Green leader: the new voice of mining

THIRTY of the world's largest miners, including BHP Billiton, Rio Tinto and WMC, are betting their collective futures will ride on the new, politically correct, quadruple bottomline. (Published in Australia's Mining Monthly).

Sinéad Mangan

To show the world they mean business they have hired Jay Hair, one of the United States' most influential environmentalists, to champion the benefits of dramatically shifting their corporate priorities towards sustainable development and to convince the rest of the industry to climb on the bandwagon.

The quadruple bottom line started as the triple bottom line; judging companies by their social and environmental performances as well as shareholder returns. Corporate governance graduated this year as another measure of company's performance due to investor concern after the fallout of the Enron affair.

Long seen as public enemy number one by many in America's mining industry, Hair was appointed secretary general of the new London-based International Council for Mining and Metals in October. Described as the mining industry's new pin-up boy, the world's mining conglomerates are hoping Hair can put a new spin on things.

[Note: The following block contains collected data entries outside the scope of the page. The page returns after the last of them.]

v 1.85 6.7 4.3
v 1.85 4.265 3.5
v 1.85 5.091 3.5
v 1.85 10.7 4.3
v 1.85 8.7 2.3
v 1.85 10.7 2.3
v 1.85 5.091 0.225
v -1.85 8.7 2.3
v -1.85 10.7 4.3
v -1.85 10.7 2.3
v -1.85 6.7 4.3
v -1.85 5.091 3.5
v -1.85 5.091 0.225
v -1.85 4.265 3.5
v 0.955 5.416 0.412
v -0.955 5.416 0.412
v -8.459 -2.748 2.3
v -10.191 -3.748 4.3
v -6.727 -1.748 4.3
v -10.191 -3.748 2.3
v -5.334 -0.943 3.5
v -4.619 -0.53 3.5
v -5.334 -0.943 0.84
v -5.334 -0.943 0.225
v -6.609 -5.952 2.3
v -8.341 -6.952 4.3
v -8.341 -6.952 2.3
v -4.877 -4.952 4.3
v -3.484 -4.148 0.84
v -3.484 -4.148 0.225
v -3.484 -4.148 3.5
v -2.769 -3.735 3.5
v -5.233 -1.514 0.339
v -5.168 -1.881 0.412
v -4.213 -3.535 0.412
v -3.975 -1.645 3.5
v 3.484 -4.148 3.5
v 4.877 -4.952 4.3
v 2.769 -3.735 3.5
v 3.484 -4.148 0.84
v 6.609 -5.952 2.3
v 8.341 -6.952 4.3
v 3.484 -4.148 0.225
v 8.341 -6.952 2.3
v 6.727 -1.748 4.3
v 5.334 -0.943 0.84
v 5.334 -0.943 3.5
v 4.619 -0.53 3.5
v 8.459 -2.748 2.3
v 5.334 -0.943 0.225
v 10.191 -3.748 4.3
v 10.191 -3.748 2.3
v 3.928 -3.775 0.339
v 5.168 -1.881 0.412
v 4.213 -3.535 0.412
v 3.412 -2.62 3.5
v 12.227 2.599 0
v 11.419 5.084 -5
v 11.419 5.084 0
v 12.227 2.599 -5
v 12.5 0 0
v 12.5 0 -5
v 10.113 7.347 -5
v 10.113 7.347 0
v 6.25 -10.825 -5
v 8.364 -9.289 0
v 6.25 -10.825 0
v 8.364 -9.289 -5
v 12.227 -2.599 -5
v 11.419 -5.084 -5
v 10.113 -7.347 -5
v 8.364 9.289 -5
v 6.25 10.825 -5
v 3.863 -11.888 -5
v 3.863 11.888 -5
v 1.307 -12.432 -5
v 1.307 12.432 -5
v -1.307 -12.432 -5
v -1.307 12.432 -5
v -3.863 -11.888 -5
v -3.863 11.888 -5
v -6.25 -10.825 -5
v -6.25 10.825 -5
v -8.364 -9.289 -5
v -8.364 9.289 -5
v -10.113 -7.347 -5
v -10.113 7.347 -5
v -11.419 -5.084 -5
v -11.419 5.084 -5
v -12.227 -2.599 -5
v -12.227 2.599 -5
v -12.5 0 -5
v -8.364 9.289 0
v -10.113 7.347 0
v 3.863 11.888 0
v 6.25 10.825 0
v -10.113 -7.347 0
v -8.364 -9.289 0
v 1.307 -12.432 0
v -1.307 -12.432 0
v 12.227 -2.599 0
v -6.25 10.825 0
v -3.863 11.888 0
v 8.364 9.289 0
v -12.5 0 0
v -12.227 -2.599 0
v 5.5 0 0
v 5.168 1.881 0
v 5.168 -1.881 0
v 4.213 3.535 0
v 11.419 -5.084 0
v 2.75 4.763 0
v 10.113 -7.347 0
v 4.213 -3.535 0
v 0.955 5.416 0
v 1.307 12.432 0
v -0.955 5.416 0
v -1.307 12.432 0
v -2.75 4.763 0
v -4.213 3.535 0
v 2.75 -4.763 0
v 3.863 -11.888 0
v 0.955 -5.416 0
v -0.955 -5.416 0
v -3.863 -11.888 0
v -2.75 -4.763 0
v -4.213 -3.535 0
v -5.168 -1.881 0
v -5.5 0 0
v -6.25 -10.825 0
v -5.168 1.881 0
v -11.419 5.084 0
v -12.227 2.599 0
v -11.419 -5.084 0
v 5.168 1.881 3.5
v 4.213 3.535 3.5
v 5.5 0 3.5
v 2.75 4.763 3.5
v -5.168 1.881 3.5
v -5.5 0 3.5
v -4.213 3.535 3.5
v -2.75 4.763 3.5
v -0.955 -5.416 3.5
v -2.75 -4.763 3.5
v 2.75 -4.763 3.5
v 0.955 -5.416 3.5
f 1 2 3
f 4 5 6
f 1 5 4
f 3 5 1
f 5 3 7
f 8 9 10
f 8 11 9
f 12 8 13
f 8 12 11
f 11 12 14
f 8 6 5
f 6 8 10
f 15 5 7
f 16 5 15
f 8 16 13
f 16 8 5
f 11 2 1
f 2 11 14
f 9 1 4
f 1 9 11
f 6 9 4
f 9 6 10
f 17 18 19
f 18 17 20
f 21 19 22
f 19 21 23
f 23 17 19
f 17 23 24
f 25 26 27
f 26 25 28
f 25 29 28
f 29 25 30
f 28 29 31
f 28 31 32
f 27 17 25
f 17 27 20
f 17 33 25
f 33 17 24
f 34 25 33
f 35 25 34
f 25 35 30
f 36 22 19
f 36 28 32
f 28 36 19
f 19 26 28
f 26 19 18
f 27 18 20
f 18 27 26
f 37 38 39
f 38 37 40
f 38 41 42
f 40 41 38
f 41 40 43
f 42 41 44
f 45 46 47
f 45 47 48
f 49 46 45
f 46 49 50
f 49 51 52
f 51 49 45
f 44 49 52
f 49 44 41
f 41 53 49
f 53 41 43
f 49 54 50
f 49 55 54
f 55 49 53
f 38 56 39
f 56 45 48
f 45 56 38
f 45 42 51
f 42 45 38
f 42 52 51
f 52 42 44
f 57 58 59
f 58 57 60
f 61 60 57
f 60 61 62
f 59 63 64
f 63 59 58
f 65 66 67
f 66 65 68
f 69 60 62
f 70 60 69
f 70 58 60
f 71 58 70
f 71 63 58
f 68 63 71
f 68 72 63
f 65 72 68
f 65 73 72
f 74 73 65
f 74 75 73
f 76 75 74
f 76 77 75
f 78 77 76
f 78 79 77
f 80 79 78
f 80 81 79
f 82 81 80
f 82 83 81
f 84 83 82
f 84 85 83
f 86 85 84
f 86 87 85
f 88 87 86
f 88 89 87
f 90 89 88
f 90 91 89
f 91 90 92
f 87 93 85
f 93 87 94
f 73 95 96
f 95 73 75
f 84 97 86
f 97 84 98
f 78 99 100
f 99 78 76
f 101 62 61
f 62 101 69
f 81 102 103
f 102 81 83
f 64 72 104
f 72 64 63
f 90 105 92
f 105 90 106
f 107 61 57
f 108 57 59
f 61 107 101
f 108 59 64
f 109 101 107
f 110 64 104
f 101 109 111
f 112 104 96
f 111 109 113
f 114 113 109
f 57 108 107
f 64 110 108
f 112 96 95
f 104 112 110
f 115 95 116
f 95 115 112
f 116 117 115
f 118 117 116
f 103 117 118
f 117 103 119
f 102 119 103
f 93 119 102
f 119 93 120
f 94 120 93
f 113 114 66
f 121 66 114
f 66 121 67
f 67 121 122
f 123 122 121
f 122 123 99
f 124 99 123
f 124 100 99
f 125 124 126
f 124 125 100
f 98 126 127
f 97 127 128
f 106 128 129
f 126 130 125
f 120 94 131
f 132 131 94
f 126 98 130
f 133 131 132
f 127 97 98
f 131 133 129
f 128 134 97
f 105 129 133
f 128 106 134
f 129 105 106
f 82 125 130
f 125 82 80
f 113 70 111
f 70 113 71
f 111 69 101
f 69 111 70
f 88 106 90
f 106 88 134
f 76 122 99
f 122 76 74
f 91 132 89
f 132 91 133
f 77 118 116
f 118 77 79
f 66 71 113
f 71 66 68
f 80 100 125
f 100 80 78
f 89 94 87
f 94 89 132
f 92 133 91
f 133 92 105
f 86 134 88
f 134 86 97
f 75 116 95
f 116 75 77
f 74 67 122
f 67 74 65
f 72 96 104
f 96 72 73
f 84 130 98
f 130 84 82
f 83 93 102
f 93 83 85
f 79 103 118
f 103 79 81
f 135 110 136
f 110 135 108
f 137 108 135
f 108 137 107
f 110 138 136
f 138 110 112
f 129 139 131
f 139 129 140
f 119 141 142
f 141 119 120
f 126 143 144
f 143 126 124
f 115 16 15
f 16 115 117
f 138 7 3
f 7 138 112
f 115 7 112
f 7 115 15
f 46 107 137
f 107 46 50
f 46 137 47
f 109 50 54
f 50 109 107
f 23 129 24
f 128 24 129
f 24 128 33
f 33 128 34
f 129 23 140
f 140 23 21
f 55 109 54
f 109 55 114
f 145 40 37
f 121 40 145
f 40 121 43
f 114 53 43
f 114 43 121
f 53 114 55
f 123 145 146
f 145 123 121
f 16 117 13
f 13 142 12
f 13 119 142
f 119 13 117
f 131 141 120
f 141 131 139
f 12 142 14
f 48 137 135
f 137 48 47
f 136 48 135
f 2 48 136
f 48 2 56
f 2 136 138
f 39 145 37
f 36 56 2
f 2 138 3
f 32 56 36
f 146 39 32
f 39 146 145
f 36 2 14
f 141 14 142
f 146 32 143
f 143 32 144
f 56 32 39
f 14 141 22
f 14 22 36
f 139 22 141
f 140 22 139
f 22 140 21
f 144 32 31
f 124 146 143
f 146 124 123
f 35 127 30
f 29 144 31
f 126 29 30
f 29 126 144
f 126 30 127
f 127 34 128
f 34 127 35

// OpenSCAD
module fin(tolerance=0.3) {


  union(){
    square(2);

    translate([0,2,0])
    hull() {
      square([2,2]);
      
      translate([2+tolerance,4,0])
      square([2,5]);
    }
  }
}

module finExtruded(){
  translate([3.7/2,10.7,4+.3])
  rotate([180,90,0])
  linear_extrude(height=3.7)
  fin();
}

module adaptor(tolerance=0.3) {
  union(){
    translate([0,0,-5])
    cylinder(r=25/2,h=5);
    
    translate([0,0,0])
    cylinder(r=11/2,h=3.5);
    
    for(i=[0:120:360]){
      rotate([0,0,i])
      finExtruded();
    }
  }
}

adaptor();
// finExtruded();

Born out of the Global Mining Initiative, established in 1998 by Anglo American, BHP Billiton, Codelco, Newmont, Noranda, Phelps Dodge, Placer Dome, Rio Tinto and WMC, the ICMM has a mandate to become the global voice of the world's mining and metals industries.

The 12 companies driving the ICMM have adopted a by-law whereby the company's representative on the council must be the chief executive of the company, ensuring companies move in response to initiatives. Each company is paying $1.5 million in annual fees and all members are capped at above US$3 billion. Many of the world's mining and metal associations are also now signing up as associate members.

While shareholder returns continues to dominate the agenda in Australian boardrooms, in America there is a different story emerging. Shareholders are increasingly demanding companies are rated by the quadruple bottom line. Hair said massive funds such as the Californian Public Employees Retirement Investment System (Calpers), which had US$151 billion to invest, were determining investment opportunities based on a number of fronts including shareholder return, environmental and social performance, and good corporate governance. Calpers recently withdrew investment from Indonesia, Malaysia, the Philippines and Thailand based on concerns about governance.

Mining stalwarts such as WMC's Hugh Morgan have for a long time realised that years of bad publicity would soon start eating into the corporate bottomline. Speaking at a conference in Perth two years ago, Morgan declared that the mining industry needed to better prepare itself after its poor showing at the Rio Earth Summit in 1992.

"We were not at Rio," Morgan said in Perth. "We woke and were very surprised by the outcomes of Rio. We feel that we have being going backwards, backwards financially and backwards in terms of public acceptance. Bluntly we are often not trusted."

The next World Trade Summit in Johannesburg in September will mark the 10th anniversary of Rio, where the world's governments committed to cutting greenhouse gas emissions by 2010 in a potentially life threatening move for the resources industries.

The ICMM is currently meeting in Toronto, Canada to form its policy contribution to the Johannesburg conference. Hair told Australia's Mining Monthly Toronto would refine the council's message and Johannesburg would mark the launch of the new look mining industry body.

According to Hair, the mining industry's political position is quite clear-cut. Realists, such as Morgan, understood that critics of the mining industry's social and environmental track record were not going away, he said. The mining industry had to move towards sustainable development, which Hair defined as "making economic progress, protecting the environment and being socially responsible".

Unless it changed, mining's reputation in the eyes of the public would continue to decline.

"The average person on the street has a very negative image of mining," Hair said. "It is a combination of growing unhappiness, and in many cases legitimately so, about the past environmental practices of the mining industry and the serious legacy issues of abandoned and orphan mines.

"I tell folks if you are going to sail into your future you can't be anchored in the past."

Hair said the mining industry could tackle growing public dissatisfaction on several fronts. Rents collected by governments from mining companies could be used to alleviate poverty, increase infrastructure and improve human rights.

"Everyone knows mining is not sustainable," Hair said. "And they're right.

"But if rents from extractive industries were properly allocated by democratic governments to meet broad needs, then you can put in place infrastructure around which you have a base for other economic activities, perhaps totally unrelated to mining."

Hair said mining and minerals had a long history of underpinning economic development, driving technological advances and often in many cases providing the only route to alleviating poverty in countries such as Latin America, Indonesia and Africa. However, the industry's poor reputation for environmental disaster, conflict with communities and its inability to communicate its own progress had overshadowed any positive developments.

"To put it bluntly its [the mining industry's] license to operate is under threat," Hair said.